**Try it**
When you reach the line containing "#168=CIRCLE('',#167,12.7);" in the records below, start copying exactly, and stop once you have copied the line containing "#198=ORIENTED_EDGE('',*,*,#169,.T.);".

**Supplied data**
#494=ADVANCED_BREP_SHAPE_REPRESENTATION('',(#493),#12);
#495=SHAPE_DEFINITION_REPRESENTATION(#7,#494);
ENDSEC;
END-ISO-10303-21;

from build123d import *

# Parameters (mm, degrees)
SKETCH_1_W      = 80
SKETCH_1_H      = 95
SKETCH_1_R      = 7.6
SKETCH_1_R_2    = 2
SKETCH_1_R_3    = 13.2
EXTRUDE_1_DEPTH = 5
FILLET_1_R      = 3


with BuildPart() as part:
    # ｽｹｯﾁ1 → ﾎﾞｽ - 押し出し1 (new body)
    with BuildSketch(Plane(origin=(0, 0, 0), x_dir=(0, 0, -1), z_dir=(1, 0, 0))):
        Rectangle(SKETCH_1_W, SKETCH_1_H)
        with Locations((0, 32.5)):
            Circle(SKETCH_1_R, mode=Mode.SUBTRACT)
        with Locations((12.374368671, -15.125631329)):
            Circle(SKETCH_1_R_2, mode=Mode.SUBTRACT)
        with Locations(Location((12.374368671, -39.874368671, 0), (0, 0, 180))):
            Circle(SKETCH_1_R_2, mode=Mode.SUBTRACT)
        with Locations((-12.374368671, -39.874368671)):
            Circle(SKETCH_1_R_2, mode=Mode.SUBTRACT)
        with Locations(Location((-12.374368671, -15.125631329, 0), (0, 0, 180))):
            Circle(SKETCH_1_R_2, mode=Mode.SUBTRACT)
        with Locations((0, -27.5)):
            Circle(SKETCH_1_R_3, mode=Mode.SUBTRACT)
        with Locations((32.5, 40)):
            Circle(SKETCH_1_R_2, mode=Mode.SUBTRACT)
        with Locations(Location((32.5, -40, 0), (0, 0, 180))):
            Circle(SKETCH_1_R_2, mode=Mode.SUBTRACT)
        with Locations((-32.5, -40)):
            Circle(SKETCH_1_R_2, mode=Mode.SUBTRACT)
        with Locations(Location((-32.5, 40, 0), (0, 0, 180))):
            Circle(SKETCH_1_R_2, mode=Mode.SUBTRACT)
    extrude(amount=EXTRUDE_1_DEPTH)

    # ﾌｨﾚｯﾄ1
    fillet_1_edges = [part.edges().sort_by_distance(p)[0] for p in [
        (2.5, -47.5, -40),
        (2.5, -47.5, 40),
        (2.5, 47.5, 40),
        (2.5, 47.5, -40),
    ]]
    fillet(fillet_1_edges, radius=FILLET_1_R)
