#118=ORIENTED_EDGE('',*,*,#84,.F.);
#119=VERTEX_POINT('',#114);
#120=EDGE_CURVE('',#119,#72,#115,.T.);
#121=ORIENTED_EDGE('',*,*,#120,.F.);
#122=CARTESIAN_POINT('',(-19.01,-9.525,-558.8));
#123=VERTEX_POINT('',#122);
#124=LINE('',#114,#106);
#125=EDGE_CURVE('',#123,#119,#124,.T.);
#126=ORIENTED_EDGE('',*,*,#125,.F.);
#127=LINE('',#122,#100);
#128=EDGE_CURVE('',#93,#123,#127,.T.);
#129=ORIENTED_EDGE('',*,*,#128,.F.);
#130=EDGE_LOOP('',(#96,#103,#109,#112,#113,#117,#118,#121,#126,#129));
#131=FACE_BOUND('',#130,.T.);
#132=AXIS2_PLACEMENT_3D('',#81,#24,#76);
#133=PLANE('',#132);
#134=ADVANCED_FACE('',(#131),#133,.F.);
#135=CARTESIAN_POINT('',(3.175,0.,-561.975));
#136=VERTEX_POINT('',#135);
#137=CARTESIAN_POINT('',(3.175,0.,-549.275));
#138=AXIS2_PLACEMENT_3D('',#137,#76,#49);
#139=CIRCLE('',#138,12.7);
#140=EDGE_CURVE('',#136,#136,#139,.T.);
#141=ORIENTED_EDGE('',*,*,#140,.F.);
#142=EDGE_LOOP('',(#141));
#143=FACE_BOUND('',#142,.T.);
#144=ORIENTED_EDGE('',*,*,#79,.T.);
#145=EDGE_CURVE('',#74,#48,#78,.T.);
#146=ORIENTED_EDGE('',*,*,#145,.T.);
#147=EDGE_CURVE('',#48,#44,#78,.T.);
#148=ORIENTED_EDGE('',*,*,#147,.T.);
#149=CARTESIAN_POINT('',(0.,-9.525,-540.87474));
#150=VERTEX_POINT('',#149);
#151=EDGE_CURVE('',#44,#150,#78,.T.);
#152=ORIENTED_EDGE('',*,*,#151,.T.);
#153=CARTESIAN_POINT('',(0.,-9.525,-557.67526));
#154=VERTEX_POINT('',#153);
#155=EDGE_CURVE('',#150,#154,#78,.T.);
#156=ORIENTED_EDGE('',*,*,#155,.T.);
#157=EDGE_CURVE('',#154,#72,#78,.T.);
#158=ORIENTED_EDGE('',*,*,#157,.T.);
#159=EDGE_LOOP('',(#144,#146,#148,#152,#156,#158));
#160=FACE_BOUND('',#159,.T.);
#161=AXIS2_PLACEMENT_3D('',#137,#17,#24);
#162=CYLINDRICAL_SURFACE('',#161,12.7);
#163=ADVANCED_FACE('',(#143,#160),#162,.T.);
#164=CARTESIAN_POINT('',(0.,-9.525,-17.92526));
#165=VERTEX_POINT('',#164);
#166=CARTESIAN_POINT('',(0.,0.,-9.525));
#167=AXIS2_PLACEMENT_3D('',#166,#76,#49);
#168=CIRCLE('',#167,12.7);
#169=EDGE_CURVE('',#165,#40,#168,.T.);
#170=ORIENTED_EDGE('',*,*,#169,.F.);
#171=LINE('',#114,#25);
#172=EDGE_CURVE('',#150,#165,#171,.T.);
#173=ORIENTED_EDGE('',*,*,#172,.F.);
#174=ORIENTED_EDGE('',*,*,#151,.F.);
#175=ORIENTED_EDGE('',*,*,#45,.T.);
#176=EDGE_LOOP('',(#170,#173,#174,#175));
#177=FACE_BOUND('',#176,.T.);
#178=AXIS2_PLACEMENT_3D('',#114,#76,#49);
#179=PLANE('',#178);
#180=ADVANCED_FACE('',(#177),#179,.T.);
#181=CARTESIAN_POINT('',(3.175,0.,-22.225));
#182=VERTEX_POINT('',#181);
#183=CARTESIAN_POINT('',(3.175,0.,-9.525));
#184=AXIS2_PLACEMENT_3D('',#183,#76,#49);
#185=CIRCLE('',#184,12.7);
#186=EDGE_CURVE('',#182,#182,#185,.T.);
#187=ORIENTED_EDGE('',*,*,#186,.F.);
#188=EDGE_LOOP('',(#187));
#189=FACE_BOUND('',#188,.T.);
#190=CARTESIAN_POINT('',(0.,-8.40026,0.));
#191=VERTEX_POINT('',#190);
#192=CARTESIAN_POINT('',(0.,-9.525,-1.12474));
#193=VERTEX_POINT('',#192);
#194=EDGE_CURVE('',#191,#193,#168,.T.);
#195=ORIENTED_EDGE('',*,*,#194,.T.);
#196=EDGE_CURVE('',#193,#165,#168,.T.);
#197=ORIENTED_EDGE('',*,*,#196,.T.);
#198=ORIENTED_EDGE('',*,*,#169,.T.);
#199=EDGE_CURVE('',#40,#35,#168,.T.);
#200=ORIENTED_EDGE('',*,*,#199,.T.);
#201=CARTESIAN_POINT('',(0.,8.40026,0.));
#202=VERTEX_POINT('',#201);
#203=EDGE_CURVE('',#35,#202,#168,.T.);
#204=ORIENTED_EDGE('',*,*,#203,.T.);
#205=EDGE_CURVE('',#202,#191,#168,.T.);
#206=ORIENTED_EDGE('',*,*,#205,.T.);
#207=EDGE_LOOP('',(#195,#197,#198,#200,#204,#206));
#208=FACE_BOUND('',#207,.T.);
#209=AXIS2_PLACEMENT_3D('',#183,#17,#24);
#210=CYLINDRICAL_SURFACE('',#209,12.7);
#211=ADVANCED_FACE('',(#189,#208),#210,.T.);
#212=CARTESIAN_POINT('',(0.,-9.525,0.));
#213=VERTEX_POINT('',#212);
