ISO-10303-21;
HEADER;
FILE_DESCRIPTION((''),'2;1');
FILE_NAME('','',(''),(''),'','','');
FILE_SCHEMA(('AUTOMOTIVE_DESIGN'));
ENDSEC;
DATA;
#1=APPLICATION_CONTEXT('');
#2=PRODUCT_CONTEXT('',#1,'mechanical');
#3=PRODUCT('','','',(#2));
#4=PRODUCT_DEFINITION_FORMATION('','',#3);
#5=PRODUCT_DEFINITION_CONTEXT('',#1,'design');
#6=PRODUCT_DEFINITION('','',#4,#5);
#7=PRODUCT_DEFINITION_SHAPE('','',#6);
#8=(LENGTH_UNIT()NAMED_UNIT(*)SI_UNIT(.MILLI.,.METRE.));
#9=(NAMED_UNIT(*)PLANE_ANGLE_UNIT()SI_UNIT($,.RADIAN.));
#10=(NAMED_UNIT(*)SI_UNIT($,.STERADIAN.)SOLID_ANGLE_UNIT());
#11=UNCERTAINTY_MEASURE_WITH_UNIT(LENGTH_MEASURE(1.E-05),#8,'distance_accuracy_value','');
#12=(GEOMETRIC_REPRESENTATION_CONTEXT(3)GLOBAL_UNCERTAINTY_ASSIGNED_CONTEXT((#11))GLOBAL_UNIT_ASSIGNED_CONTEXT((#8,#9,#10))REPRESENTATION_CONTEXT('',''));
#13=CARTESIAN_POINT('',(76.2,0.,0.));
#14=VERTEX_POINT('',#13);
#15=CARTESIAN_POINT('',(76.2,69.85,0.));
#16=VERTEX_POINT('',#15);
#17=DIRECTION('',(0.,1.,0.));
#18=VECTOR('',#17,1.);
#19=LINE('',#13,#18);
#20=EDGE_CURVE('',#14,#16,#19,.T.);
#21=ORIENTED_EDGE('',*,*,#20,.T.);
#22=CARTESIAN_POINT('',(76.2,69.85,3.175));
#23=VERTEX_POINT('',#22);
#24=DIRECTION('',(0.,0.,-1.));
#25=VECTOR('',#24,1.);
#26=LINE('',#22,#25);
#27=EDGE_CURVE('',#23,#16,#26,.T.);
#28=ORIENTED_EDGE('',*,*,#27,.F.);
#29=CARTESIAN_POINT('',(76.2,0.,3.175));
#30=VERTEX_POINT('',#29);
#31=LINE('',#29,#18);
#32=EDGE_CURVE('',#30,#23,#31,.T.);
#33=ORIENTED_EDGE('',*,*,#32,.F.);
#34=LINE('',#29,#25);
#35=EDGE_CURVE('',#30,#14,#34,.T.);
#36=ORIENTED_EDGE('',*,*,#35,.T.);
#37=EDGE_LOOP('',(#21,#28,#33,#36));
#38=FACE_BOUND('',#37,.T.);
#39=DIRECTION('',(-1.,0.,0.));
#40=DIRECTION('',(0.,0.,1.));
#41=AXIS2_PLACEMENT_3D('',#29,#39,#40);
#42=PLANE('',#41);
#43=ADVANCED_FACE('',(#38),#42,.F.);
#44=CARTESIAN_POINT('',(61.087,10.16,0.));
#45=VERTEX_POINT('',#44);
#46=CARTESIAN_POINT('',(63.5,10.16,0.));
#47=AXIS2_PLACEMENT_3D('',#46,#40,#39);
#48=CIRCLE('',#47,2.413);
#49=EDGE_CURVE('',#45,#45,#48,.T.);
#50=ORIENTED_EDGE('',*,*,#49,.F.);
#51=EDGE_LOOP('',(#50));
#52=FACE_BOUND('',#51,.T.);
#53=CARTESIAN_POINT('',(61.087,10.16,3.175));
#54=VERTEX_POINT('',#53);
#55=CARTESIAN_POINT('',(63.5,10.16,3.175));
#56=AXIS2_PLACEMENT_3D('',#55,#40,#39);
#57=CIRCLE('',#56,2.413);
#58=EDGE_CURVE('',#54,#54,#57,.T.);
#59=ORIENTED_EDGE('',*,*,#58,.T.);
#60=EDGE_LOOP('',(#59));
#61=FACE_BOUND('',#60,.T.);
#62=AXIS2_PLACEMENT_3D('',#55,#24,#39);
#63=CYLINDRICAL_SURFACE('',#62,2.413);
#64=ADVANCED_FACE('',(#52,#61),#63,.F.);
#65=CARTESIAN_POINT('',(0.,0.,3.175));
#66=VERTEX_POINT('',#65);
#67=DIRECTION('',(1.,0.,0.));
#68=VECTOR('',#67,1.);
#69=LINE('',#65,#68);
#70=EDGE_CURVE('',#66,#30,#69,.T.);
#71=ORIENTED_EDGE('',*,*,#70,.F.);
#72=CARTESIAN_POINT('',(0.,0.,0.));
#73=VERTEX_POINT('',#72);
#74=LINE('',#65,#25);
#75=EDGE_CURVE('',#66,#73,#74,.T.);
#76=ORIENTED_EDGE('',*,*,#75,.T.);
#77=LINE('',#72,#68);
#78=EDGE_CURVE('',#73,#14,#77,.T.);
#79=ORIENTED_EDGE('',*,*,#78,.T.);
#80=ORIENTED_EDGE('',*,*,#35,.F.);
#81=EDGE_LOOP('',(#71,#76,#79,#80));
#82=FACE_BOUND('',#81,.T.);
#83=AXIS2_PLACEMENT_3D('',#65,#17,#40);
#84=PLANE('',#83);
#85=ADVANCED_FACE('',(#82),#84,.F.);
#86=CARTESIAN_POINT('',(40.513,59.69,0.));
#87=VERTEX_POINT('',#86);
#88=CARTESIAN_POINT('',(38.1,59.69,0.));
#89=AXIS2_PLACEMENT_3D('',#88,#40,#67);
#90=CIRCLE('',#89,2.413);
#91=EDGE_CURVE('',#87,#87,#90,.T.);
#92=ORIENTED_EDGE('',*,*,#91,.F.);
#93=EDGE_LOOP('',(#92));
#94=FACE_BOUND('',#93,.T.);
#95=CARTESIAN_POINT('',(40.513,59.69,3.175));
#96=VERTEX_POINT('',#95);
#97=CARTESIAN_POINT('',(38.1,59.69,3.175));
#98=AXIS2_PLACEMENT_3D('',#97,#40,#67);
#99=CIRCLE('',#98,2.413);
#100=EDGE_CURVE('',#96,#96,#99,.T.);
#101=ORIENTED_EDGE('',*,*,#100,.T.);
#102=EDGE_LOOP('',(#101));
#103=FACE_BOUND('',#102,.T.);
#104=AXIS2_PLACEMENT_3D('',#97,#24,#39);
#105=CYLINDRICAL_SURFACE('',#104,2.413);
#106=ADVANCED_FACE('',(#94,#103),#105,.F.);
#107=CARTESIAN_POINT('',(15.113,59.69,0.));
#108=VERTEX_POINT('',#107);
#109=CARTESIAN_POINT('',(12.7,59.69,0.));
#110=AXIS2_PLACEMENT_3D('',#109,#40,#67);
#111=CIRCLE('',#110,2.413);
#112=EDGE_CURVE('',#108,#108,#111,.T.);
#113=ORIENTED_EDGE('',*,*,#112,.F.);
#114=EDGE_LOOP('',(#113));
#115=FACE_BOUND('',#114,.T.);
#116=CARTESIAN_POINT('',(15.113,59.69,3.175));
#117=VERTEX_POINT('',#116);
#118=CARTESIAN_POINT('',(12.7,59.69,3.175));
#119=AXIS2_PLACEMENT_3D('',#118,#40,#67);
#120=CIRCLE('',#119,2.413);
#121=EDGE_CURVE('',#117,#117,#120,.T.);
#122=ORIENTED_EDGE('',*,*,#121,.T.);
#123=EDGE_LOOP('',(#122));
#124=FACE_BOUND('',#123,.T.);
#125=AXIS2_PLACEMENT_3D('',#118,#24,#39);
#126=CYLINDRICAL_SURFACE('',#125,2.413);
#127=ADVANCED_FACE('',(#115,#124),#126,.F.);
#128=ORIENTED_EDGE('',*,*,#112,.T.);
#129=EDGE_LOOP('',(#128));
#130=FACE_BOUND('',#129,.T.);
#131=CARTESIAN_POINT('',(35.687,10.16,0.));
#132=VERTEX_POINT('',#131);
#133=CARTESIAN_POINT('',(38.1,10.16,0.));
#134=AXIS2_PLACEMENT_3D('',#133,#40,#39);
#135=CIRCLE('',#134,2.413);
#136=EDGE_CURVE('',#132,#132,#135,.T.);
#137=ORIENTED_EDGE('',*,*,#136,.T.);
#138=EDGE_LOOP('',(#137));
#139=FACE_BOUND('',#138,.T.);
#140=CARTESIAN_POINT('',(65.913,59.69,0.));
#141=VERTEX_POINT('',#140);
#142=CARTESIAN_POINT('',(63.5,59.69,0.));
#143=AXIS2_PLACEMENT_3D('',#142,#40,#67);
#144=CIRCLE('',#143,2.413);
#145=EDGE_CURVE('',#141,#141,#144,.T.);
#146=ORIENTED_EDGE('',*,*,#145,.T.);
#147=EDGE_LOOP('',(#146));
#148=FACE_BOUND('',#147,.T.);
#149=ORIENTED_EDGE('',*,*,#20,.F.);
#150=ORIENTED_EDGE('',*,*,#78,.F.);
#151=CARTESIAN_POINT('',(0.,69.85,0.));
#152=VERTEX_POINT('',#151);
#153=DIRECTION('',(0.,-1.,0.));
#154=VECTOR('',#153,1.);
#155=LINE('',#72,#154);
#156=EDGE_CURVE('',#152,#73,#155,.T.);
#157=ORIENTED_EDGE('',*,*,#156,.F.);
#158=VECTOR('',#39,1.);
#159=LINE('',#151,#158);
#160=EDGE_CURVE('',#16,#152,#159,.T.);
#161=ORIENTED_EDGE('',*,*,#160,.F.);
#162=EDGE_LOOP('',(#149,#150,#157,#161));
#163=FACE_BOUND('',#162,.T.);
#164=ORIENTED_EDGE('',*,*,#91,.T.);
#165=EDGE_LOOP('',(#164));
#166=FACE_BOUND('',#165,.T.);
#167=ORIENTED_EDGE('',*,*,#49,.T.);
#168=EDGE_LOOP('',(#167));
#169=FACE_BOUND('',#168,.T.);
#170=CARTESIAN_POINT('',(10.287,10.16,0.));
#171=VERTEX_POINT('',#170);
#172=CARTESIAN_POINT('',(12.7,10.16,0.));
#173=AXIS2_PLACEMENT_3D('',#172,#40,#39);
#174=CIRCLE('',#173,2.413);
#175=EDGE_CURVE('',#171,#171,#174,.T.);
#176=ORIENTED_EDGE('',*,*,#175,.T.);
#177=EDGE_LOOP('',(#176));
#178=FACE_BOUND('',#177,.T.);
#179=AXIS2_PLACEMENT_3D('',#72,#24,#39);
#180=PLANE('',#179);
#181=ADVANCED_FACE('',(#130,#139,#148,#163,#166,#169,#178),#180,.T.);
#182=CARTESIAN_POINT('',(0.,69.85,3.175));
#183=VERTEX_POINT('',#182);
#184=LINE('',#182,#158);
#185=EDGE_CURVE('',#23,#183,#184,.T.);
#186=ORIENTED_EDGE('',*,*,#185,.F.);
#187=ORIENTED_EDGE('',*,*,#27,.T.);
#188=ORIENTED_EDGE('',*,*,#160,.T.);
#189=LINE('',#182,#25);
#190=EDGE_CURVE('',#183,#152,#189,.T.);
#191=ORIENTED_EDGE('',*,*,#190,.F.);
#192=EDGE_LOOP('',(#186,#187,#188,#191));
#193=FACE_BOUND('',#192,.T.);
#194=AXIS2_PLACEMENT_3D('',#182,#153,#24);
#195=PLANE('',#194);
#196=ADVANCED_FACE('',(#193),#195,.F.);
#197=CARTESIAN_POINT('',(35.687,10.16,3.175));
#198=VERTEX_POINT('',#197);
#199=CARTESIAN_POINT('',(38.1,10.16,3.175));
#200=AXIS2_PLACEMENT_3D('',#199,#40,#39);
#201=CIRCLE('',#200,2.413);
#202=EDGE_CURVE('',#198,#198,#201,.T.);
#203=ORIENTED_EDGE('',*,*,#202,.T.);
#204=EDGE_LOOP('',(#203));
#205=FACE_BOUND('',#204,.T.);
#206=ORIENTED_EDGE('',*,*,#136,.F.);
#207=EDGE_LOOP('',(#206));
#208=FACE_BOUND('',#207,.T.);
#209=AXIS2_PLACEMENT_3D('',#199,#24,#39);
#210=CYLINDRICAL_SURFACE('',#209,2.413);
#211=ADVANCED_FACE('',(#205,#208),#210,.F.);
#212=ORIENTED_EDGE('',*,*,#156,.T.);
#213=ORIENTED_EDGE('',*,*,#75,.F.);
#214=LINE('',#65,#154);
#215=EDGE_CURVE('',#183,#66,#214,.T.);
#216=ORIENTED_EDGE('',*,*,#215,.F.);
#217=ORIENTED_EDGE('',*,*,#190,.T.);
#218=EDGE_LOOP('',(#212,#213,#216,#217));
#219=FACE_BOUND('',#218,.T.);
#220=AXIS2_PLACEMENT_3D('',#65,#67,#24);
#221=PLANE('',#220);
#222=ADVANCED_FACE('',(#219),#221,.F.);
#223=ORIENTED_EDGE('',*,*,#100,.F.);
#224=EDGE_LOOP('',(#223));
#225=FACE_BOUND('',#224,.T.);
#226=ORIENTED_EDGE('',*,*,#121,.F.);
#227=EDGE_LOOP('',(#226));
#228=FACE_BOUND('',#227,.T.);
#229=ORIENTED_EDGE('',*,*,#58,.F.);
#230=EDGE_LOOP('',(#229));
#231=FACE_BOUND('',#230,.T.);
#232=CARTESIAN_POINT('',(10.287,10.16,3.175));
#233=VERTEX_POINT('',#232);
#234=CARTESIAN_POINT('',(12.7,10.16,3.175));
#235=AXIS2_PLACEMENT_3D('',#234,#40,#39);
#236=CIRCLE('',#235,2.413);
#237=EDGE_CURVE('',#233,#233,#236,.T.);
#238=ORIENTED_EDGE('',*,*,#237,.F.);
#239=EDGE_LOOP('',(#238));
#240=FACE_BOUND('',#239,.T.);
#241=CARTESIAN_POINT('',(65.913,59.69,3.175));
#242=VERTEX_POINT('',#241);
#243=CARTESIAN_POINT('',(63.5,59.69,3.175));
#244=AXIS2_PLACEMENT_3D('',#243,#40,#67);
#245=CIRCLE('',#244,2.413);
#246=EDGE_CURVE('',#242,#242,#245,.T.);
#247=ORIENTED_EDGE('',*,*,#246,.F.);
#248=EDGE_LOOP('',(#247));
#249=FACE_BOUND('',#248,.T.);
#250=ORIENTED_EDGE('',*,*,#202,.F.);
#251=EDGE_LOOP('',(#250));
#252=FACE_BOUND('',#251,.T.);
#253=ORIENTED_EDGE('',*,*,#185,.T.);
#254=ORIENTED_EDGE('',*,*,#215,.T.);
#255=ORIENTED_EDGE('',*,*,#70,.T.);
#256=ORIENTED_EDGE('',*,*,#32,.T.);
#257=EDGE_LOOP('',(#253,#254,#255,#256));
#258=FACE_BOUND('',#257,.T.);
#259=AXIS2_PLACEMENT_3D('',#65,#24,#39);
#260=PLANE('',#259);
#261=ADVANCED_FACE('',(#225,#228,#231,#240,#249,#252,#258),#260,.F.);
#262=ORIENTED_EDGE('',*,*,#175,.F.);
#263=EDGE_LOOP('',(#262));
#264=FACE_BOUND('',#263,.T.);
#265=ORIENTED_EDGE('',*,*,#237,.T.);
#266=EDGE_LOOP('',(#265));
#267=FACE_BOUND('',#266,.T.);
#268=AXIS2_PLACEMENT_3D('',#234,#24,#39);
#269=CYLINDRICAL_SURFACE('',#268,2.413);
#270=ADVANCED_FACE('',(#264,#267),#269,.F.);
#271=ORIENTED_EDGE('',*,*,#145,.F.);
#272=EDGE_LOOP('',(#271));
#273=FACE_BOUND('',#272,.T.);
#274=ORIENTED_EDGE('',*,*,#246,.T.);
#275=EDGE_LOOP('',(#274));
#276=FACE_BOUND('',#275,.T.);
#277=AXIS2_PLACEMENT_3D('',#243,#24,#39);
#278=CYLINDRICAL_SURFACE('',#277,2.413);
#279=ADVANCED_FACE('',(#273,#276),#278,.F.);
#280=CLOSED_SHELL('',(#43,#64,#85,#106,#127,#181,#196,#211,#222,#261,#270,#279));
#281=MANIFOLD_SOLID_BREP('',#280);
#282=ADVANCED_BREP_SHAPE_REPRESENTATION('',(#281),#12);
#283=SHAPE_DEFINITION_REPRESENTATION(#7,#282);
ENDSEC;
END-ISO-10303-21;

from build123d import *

# Parameters (mm, degrees)
SKETCH1_W           = 76.2
SKETCH1_H           = 69.85
SKETCH1_R           = 2.413
BOSS_EXTRUDE1_DEPTH = 3.175


with BuildPart() as part:
    # Sketch1 → Boss-Extrude1 (new body)
    with BuildSketch(Plane.XY):
        with Locations((38.1, 34.925)):
            Rectangle(SKETCH1_W, SKETCH1_H)
        with Locations((12.7, 59.69)):
            Circle(SKETCH1_R, mode=Mode.SUBTRACT)
        with Locations((38.1, 59.69)):
            Circle(SKETCH1_R, mode=Mode.SUBTRACT)
        with Locations((63.5, 59.69)):
            Circle(SKETCH1_R, mode=Mode.SUBTRACT)
        with Locations(Location((63.5, 10.16, 0), (0, 0, 180))):
            Circle(SKETCH1_R, mode=Mode.SUBTRACT)
        with Locations(Location((38.1, 10.16, 0), (0, 0, 180))):
            Circle(SKETCH1_R, mode=Mode.SUBTRACT)
        with Locations(Location((12.7, 10.16, 0), (0, 0, 180))):
            Circle(SKETCH1_R, mode=Mode.SUBTRACT)
    extrude(amount=BOSS_EXTRUDE1_DEPTH)


solid = part.part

**Solution below**
#168=CIRCLE('',#167,12.7);
#169=EDGE_CURVE('',#165,#40,#168,.T.);
#170=ORIENTED_EDGE('',*,*,#169,.F.);
#171=LINE('',#114,#25);
#172=EDGE_CURVE('',#150,#165,#171,.T.);
#173=ORIENTED_EDGE('',*,*,#172,.F.);
#174=ORIENTED_EDGE('',*,*,#151,.F.);
#175=ORIENTED_EDGE('',*,*,#45,.T.);
#176=EDGE_LOOP('',(#170,#173,#174,#175));
#177=FACE_BOUND('',#176,.T.);
#178=AXIS2_PLACEMENT_3D('',#114,#76,#49);
#179=PLANE('',#178);
#180=ADVANCED_FACE('',(#177),#179,.T.);
#181=CARTESIAN_POINT('',(3.175,0.,-22.225));
#182=VERTEX_POINT('',#181);
#183=CARTESIAN_POINT('',(3.175,0.,-9.525));
#184=AXIS2_PLACEMENT_3D('',#183,#76,#49);
#185=CIRCLE('',#184,12.7);
#186=EDGE_CURVE('',#182,#182,#185,.T.);
#187=ORIENTED_EDGE('',*,*,#186,.F.);
#188=EDGE_LOOP('',(#187));
#189=FACE_BOUND('',#188,.T.);
#190=CARTESIAN_POINT('',(0.,-8.40026,0.));
#191=VERTEX_POINT('',#190);
#192=CARTESIAN_POINT('',(0.,-9.525,-1.12474));
#193=VERTEX_POINT('',#192);
#194=EDGE_CURVE('',#191,#193,#168,.T.);
#195=ORIENTED_EDGE('',*,*,#194,.T.);
#196=EDGE_CURVE('',#193,#165,#168,.T.);
#197=ORIENTED_EDGE('',*,*,#196,.T.);
#198=ORIENTED_EDGE('',*,*,#169,.T.);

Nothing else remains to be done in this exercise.